This year marks the 80th anniversary of the U.N. Charter, conceived as the constitutional framework of the international community. At the time of its ratification, the Charter reflected the aspirational goals of a world yearning for peace and security in the aftermath of the Second World War. Article 2 of the Charter lays down a foundational pillar: the prohibition of “the threat or use of force against the territorial integrity or political independence of any state.” This principle underpins the crime of aggression – a crime committed by Russia’s leadership first in 2014 and again with its full-scale invasion of Ukraine on Feb. 24, 2022.

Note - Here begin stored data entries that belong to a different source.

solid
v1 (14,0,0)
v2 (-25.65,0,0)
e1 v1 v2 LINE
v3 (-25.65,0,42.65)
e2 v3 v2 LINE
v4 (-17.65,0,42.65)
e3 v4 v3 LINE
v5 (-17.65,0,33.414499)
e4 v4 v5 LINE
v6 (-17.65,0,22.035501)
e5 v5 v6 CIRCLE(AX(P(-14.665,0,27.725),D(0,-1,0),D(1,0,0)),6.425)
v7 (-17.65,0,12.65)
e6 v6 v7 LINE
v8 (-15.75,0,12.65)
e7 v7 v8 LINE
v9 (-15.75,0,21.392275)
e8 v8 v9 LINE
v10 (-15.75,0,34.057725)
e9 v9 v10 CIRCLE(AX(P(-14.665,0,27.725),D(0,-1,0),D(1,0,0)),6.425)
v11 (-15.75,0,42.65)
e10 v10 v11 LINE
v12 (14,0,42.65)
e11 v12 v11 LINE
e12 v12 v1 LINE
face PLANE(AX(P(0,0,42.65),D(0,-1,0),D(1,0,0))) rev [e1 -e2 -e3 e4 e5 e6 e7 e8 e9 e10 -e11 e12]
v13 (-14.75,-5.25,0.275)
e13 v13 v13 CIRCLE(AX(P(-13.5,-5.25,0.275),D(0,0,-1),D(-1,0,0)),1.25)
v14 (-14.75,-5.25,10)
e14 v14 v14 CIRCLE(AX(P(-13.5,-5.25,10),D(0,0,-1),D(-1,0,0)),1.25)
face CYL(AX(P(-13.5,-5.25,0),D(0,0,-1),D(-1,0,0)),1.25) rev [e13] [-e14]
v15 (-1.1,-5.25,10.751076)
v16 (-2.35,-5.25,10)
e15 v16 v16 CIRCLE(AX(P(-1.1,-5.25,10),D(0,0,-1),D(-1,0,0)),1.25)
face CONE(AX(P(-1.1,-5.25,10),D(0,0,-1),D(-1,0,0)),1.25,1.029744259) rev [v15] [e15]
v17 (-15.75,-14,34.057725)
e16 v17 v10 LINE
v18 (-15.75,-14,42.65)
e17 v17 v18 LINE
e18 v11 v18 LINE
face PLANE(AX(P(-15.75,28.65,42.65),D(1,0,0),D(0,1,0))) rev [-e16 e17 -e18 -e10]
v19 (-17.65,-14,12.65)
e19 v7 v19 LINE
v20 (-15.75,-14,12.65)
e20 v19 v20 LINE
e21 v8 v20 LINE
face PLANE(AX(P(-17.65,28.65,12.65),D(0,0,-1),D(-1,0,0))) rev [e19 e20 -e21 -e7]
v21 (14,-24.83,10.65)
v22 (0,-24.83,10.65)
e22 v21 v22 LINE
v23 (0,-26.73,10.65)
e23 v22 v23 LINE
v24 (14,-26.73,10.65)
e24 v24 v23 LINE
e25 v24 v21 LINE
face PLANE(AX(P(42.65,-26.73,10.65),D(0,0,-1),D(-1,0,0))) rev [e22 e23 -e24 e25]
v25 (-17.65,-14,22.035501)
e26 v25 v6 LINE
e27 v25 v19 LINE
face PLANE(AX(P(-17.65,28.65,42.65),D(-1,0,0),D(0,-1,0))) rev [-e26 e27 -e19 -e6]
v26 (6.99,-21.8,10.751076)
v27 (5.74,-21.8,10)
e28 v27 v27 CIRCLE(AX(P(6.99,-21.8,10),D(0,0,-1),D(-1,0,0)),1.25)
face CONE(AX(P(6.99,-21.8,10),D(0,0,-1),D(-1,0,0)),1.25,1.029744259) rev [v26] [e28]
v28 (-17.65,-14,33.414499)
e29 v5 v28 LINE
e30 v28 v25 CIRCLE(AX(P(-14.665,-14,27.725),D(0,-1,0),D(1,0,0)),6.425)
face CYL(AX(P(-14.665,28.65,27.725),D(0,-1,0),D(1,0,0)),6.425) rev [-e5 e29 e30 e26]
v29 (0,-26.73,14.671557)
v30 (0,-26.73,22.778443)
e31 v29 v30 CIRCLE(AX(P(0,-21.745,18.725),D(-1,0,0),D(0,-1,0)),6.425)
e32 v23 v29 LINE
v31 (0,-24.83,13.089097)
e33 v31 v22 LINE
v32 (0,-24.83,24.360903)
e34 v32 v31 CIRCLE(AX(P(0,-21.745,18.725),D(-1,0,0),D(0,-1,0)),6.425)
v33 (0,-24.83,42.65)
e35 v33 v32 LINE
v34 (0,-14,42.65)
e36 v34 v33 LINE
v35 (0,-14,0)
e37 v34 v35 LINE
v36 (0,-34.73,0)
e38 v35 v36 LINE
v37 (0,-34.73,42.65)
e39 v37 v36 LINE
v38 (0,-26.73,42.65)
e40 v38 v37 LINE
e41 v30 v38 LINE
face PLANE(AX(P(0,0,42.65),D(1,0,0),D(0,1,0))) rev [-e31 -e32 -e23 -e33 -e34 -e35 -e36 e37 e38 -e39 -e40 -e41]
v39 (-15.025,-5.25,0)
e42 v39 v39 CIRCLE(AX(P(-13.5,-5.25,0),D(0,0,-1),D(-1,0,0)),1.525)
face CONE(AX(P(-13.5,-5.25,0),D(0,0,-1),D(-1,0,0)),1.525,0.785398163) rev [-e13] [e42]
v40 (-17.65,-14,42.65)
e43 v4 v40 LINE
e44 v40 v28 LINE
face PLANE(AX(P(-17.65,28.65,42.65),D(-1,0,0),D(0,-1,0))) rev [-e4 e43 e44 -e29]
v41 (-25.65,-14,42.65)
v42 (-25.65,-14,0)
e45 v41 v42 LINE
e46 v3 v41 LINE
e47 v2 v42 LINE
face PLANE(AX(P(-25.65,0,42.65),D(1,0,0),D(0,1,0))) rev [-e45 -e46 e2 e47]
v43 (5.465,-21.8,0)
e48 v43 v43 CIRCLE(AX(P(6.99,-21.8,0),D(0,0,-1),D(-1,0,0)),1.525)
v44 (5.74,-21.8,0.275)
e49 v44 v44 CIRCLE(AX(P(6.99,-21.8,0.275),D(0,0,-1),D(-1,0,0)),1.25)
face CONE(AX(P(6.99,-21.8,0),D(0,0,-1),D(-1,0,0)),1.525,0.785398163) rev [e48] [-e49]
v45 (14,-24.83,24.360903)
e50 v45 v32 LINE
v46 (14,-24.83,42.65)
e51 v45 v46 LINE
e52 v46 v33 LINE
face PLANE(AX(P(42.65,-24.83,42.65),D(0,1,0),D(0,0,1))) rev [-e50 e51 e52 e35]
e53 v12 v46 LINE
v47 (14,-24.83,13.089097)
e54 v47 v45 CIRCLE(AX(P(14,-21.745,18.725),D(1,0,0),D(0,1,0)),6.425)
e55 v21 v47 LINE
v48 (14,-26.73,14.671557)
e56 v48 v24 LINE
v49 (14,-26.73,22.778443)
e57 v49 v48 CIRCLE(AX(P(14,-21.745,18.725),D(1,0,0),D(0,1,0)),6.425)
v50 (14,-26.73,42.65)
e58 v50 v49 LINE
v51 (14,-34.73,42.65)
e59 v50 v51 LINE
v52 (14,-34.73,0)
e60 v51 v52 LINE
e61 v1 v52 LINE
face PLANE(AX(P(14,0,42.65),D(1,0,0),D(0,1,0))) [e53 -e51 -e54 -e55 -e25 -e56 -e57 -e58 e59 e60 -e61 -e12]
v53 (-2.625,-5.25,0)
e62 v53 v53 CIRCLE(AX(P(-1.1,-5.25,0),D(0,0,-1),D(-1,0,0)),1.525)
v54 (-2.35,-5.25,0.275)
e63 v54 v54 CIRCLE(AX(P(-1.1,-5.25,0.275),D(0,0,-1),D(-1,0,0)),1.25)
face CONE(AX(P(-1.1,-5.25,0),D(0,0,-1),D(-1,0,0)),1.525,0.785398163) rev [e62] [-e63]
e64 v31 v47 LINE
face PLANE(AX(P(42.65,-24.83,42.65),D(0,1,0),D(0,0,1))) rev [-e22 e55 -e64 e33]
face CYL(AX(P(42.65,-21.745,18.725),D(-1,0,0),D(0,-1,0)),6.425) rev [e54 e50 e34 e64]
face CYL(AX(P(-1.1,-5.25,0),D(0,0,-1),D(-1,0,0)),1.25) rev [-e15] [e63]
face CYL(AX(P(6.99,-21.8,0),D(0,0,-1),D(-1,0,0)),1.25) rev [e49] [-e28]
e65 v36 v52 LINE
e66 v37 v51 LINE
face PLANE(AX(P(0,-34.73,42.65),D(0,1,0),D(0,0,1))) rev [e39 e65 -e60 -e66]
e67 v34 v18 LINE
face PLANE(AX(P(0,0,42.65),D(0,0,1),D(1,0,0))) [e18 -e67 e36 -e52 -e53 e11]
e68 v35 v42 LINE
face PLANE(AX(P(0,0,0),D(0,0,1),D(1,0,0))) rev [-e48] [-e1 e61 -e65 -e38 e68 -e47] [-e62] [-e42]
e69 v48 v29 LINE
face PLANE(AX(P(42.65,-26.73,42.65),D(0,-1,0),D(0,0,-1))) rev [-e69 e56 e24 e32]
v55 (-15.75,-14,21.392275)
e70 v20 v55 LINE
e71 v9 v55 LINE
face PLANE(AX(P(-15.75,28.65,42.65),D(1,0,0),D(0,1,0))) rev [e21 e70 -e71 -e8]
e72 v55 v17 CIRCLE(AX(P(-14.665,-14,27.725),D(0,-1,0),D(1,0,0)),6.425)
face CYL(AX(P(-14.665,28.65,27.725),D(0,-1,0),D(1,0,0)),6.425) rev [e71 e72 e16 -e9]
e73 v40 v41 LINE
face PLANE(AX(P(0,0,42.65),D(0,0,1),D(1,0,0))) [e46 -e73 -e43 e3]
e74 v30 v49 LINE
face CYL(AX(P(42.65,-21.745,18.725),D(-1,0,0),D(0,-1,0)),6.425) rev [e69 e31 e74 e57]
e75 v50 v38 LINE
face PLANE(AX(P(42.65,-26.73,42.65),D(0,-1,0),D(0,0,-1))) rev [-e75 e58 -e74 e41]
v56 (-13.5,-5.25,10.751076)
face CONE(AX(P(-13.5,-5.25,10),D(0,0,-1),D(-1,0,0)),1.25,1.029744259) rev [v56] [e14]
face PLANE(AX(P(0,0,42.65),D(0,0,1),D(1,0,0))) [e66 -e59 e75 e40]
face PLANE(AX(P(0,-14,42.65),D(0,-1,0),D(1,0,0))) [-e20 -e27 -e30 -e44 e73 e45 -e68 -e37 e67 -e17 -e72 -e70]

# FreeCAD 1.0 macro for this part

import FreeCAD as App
import Part
import Sketcher

V = App.Vector


def add_polygon(sketch, points):
    """Adds a closed chain of lines whose ends are joined by coincident constraints."""
    first, n = sketch.GeometryCount, len(points)
    for a, b in zip(points, points[1:] + points[:1]):
        sketch.addGeometry(Part.LineSegment(App.Vector(*a, 0), App.Vector(*b, 0)), False)
    for i in range(n):
        sketch.addConstraint(Sketcher.Constraint("Coincident", first + i, 2, first + (i + 1) % n, 1))

doc = App.newDocument("Part")
body = doc.addObject("PartDesign::Body", "Body")

# Sketch on XY plane
sketch1 = body.newObject("Sketcher::SketchObject", "Sketch")
sketch1.AttachmentSupport = (doc.getObject("XY_Plane"), [""])
sketch1.MapMode = "FlatFace"
add_polygon(sketch1, [(-26, 0), (-26, -14), (0, -14), (0, -35), (14, -35), (14, 0)])  # lines 0-5
sketch1.addConstraint([
    Sketcher.Constraint("Vertical", 0),
    Sketcher.Constraint("Horizontal", 1),
    Sketcher.Constraint("Vertical", 2),
    Sketcher.Constraint("Horizontal", 3),
    Sketcher.Constraint("Vertical", 4),
    Sketcher.Constraint("Horizontal", 5),
    Sketcher.Constraint("PointOnObject", 1, 2, -2),
    Sketcher.Constraint("PointOnObject", 4, 2, -1),
    Sketcher.Constraint("Equal", 3, 0),
    Sketcher.Constraint("DistanceX", 3, 1, 3, 2, 14.0),
    Sketcher.Constraint("DistanceX", 1, 1, 1, 2, 25.65),
    Sketcher.Constraint("DistanceY", 2, 2, 2, 1, 20.73),
])
pad1 = body.newObject("PartDesign::Pad", "Pad")
pad1.Profile = sketch1
pad1.Length = 42.65

# Sketch on XZ plane
sketch2 = body.newObject("Sketcher::SketchObject", "Sketch001")
sketch2.AttachmentSupport = (doc.getObject("XZ_Plane"), [""])
sketch2.MapMode = "FlatFace"
sketch2.AttachmentOffset = App.Placement(V(0, 0, 14), App.Rotation())
sketch2.addGeometry(Part.Circle(V(-15, 28, 0), V(0, 0, 1), 6), False)
sketch2.addConstraint([
    Sketcher.Constraint("Diameter", 0, 12.85),
    Sketcher.Constraint("DistanceX", 0, 3, -1, 1, 14.665),
    Sketcher.Constraint("DistanceY", -1, 1, 0, 3, 27.725),
])
pocket1 = body.newObject("PartDesign::Pocket", "Pocket")
pocket1.Profile = sketch2
pocket1.Length = 42.65

# Sketch on XZ plane
sketch3 = body.newObject("Sketcher::SketchObject", "Sketch002")
sketch3.AttachmentSupport = (doc.getObject("XZ_Plane"), [""])
sketch3.MapMode = "FlatFace"
sketch3.AttachmentOffset = App.Placement(V(0, 0, 14), App.Rotation())
add_polygon(sketch3, [(-17.6, 42.6), (-17.6, 12.7), (-15.8, 12.7), (-15.8, 42.6)])  # lines 0-3
sketch3.addConstraint([
    Sketcher.Constraint("Vertical", 0),
    Sketcher.Constraint("Horizontal", 1),
    Sketcher.Constraint("Vertical", 2),
    Sketcher.Constraint("Horizontal", 3),
    Sketcher.Constraint("DistanceY", 0, 2, 0, 1, 30.0),
    Sketcher.Constraint("DistanceX", 1, 1, 1, 2, 1.9),
    Sketcher.Constraint("DistanceX", 0, 2, -1, 1, 17.65),
    Sketcher.Constraint("DistanceY", -1, 1, 0, 2, 12.65),
])
pocket2 = body.newObject("PartDesign::Pocket", "Pocket001")
pocket2.Profile = sketch3
pocket2.Length = 42.65

# Sketch on YZ plane
sketch4 = body.newObject("Sketcher::SketchObject", "Sketch003")
sketch4.AttachmentSupport = (doc.getObject("YZ_Plane"), [""])
sketch4.MapMode = "FlatFace"
sketch4.addGeometry(Part.Circle(V(-22, 19, 0), V(0, 0, 1), 6), False)
sketch4.addConstraint([
    Sketcher.Constraint("Diameter", 0, 12.85),
    Sketcher.Constraint("DistanceX", 0, 3, -1, 1, 21.745),
    Sketcher.Constraint("DistanceY", -1, 1, 0, 3, 18.725),
])
pocket3 = body.newObject("PartDesign::Pocket", "Pocket002")
pocket3.Profile = sketch4
pocket3.Length = 42.65
pocket3.Reversed = True

# Sketch on YZ plane
sketch5 = body.newObject("Sketcher::SketchObject", "Sketch004")
sketch5.AttachmentSupport = (doc.getObject("YZ_Plane"), [""])
sketch5.MapMode = "FlatFace"
add_polygon(sketch5, [(-24.8, 10.7), (-26.7, 10.7), (-26.7, 42.6), (-24.8, 42.6)])  # lines 0-3
sketch5.addConstraint([
    Sketcher.Constraint("Horizontal", 0),
    Sketcher.Constraint("Vertical", 1),
    Sketcher.Constraint("Horizontal", 2),
    Sketcher.Constraint("Vertical", 3),
    Sketcher.Constraint("DistanceY", 1, 1, 1, 2, 32.0),
    Sketcher.Constraint("DistanceX", 0, 2, 0, 1, 1.9),
    Sketcher.Constraint("DistanceX", 0, 2, -1, 1, 26.73),
    Sketcher.Constraint("DistanceY", -1, 1, 0, 2, 10.65),
])
pocket4 = body.newObject("PartDesign::Pocket", "Pocket003")
pocket4.Profile = sketch5
pocket4.Length = 42.65
pocket4.Reversed = True

# Sketch on XY plane
sketch6 = body.newObject("Sketcher::SketchObject", "Sketch005")
sketch6.AttachmentSupport = (doc.getObject("XY_Plane"), [""])
sketch6.MapMode = "FlatFace"
sketch6.addGeometry([
    Part.Circle(V(-1.1, -5.2, 0), V(0, 0, 1), 1.2),
    Part.Circle(V(-13.5, -5.2, 0), V(0, 0, 1), 1.2),
    Part.Circle(V(7, -21.8, 0), V(0, 0, 1), 1.2),
], False)
sketch6.addConstraint([
    Sketcher.Constraint("Equal", 0, 1),
    Sketcher.Constraint("Equal", 1, 2),
    Sketcher.Constraint("Horizontal", 0, 3, 1, 3),
    Sketcher.Constraint("Diameter", 0, 2.5),
    Sketcher.Constraint("DistanceX", 0, 3, -1, 1, 1.1),
    Sketcher.Constraint("DistanceX", 1, 3, -1, 1, 13.5),
    Sketcher.Constraint("DistanceY", 2, 3, -1, 1, 21.8),
    Sketcher.Constraint("DistanceY", 0, 3, -1, 1, 5.25),
    Sketcher.Constraint("DistanceX", -1, 1, 2, 3, 6.99),
])
doc.recompute()
hole = body.newObject("PartDesign::Hole", "Hole")
hole.Profile = sketch6
hole.ThreadType = "None"
hole.Diameter = 2.5
hole.DepthType = "Dimension"
hole.Depth = 10
hole.DrillPoint = "Angled"
hole.DrillPointAngle = 118
hole.HoleCutType = "Countersink"
hole.HoleCutDiameter = 3.05
hole.HoleCutCountersinkAngle = 90
hole.Reversed = True

doc.recompute()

For more than three years, efforts have been underway to establish a Special Tribunal for the Crime of Aggression against Ukraine, aimed at holding Russia’s leadership accountable. In January 2023, a Core Group of approximately 40 countries – including Ukraine, members of the Council of Europe, the European Union, and other supporting nations – spearheaded this initiative. This breadth of support underscores the principle that accountability for the crime of aggression transcends national interests. From March 19 to 21 of this year, the Core Group convened in Strasbourg, France, to finalize the Tribunal’s Statute – its 14th and most consequential to date. With the technical legal framework now completed, the process moves into the political stage, requiring formal approval of the Agreement between Ukraine and the Council of Europe.

The Tribunal’s proposed legal and operational structure has undergone multiple revisions. Political disagreements among participating States – compounded by the Trump administration’s complete withdrawal from the process – have complicated progress. As a result, not all parties are fully satisfied with the final compromises.

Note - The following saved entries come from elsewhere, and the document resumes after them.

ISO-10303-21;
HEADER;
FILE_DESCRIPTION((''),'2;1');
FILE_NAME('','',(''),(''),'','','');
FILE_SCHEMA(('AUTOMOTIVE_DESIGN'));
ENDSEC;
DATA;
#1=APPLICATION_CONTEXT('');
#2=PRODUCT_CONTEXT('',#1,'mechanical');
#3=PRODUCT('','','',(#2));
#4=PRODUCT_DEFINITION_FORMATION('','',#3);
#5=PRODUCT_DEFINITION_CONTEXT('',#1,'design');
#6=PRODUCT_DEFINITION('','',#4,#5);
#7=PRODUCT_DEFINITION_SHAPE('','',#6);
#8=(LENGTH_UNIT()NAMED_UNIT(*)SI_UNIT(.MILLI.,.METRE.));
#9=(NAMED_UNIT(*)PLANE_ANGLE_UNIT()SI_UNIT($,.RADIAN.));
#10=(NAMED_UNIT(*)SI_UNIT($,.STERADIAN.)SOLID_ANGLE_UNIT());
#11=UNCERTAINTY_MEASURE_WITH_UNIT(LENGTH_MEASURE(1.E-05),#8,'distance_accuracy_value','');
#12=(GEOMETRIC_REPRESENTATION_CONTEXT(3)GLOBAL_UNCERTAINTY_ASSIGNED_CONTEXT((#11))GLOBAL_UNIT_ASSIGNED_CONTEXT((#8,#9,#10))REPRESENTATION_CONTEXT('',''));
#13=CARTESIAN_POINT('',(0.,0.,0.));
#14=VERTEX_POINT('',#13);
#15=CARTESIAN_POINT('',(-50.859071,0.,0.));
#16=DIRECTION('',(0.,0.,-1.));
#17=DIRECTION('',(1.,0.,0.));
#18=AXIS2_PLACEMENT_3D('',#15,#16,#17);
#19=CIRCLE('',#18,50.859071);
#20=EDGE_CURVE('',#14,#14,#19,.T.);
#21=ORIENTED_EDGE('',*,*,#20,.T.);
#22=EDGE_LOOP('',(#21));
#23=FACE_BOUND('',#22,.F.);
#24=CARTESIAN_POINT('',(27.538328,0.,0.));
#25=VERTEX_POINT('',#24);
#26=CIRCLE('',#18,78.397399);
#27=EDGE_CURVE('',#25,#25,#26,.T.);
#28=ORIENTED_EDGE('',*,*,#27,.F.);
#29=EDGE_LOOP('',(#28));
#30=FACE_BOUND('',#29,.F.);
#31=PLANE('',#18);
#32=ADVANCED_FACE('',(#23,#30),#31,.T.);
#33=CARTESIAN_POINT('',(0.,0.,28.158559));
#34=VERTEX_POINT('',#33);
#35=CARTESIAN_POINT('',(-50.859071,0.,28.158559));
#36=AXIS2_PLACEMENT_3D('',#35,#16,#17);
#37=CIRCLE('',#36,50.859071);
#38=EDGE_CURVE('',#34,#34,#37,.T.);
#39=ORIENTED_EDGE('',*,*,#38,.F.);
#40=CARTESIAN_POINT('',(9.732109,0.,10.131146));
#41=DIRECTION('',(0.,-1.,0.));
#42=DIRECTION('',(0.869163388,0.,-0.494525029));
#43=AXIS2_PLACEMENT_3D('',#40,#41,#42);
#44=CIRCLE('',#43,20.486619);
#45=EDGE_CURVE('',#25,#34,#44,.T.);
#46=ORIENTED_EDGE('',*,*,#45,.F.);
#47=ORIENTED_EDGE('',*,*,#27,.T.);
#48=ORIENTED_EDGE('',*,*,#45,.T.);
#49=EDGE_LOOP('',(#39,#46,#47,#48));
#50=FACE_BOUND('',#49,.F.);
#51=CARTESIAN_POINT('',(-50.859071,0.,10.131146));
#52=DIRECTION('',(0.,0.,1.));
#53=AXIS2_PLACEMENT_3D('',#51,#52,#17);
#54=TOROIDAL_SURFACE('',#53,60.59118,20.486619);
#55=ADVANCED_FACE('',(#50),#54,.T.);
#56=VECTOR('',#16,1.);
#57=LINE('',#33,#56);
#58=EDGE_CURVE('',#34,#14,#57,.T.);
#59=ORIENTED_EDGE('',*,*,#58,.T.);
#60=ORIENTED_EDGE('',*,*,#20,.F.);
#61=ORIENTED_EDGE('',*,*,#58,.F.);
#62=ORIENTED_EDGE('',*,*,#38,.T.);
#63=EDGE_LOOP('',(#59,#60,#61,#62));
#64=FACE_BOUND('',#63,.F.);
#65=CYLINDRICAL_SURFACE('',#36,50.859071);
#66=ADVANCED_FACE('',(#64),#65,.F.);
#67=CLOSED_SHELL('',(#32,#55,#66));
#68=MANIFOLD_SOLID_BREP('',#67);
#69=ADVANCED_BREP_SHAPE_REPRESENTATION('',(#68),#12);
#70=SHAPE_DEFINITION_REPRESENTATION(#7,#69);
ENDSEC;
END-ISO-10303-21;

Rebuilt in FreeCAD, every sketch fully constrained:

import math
import FreeCAD as App
import Part
import Sketcher

doc = App.newDocument("Part")
params = doc.addObject("Spreadsheet::Sheet", "Params")
for row, (alias, value) in enumerate([
    ("revolution_angle", "360 deg"),
], start=1):
    params.set(f"A{row}", alias)
    params.set(f"B{row}", "=" + value)
    params.setAlias(f"B{row}", alias)

body = doc.addObject("PartDesign::Body", "Body")

# Sketch on XZ plane
sketch1 = doc.addObject("Sketcher::SketchObject", "Sketch")
body.addObject(sketch1)
sketch1.AttachmentSupport = (doc.XZ_Plane, [""])
sketch1.MapMode = "FlatFace"
sketch1.addGeometry(Part.ArcOfCircle(Part.Circle(App.Vector(9.732109, 10.131146, 0), App.Vector(0, 0, 1), 20.486619), math.radians(-29.638435), math.radians(118.362416)), False)
sketch1.addGeometry(Part.LineSegment(App.Vector(0, 28.158559, 0), App.Vector(0, 0, 0)), False)
sketch1.addGeometry(Part.LineSegment(App.Vector(0, 0, 0), App.Vector(27.538328, 0, 0)), False)
sketch1.addGeometry(Part.LineSegment(App.Vector(-50.859071, 28.158559, 0), App.Vector(-50.859071, 0, 0)), True)  # axis
sketch1.addConstraint(Sketcher.Constraint("Coincident", 0, 2, 1, 1))
sketch1.addConstraint(Sketcher.Constraint("Coincident", 1, 2, 2, 1))
sketch1.addConstraint(Sketcher.Constraint("Coincident", 2, 2, 0, 1))
sketch1.addConstraint(Sketcher.Constraint("Vertical", 1))
sketch1.addConstraint(Sketcher.Constraint("Horizontal", 2))
sketch1.addConstraint(Sketcher.Constraint("Vertical", 3))
sketch1.addConstraint(Sketcher.Constraint("Coincident", 1, 2, -1, 1))
sketch1.addConstraint(Sketcher.Constraint("PointOnObject", 3, 2, -1))
sketch1.addConstraint(Sketcher.Constraint("Horizontal", 0, 2, 3, 1))
sketch1.addConstraint(Sketcher.Constraint("Radius", 0, 20.486619))
sketch1.addConstraint(Sketcher.Constraint("DistanceX", 2, 1, 2, 2, 27.538328))
sketch1.addConstraint(Sketcher.Constraint("DistanceY", 1, 2, 1, 1, 28.158559))
sketch1.addConstraint(Sketcher.Constraint("DistanceX", 3, 1, 2, 2, 78.397399))
revolution = doc.addObject("PartDesign::Revolution", "Revolution")
body.addObject(revolution)
revolution.Profile = sketch1
revolution.ReferenceAxis = (sketch1, ["Axis0"])
revolution.setExpression("Angle", "Params.revolution_angle")

doc.recompute()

One of the most contentious issues during negotiations was whether head of State immunity (i.e., ratione personae) should be recognized. Under customary international law, sitting heads of State are typically shielded from prosecution in foreign national courts. However, this type of immunity does not extend to international criminal tribunals – such as one created by the U.N. Security Council, authorised by a U.N. General Assembly resolution, or constituted through multilateral treaties such as the Rome Statute of the International Criminal Court. Many Core Group states, particularly the Baltic countries, argued that the proposed Tribunal, backed by the Council of Europe and open to broader international participation, meets the threshold and could, therefore, reject head of State immunity. However, G7 nations retained their opposition to this position, fearing it would set a precedent for future ad hoc tribunals to target sitting heads of State, heads of government, and foreign ministers – the so-called “Troika.”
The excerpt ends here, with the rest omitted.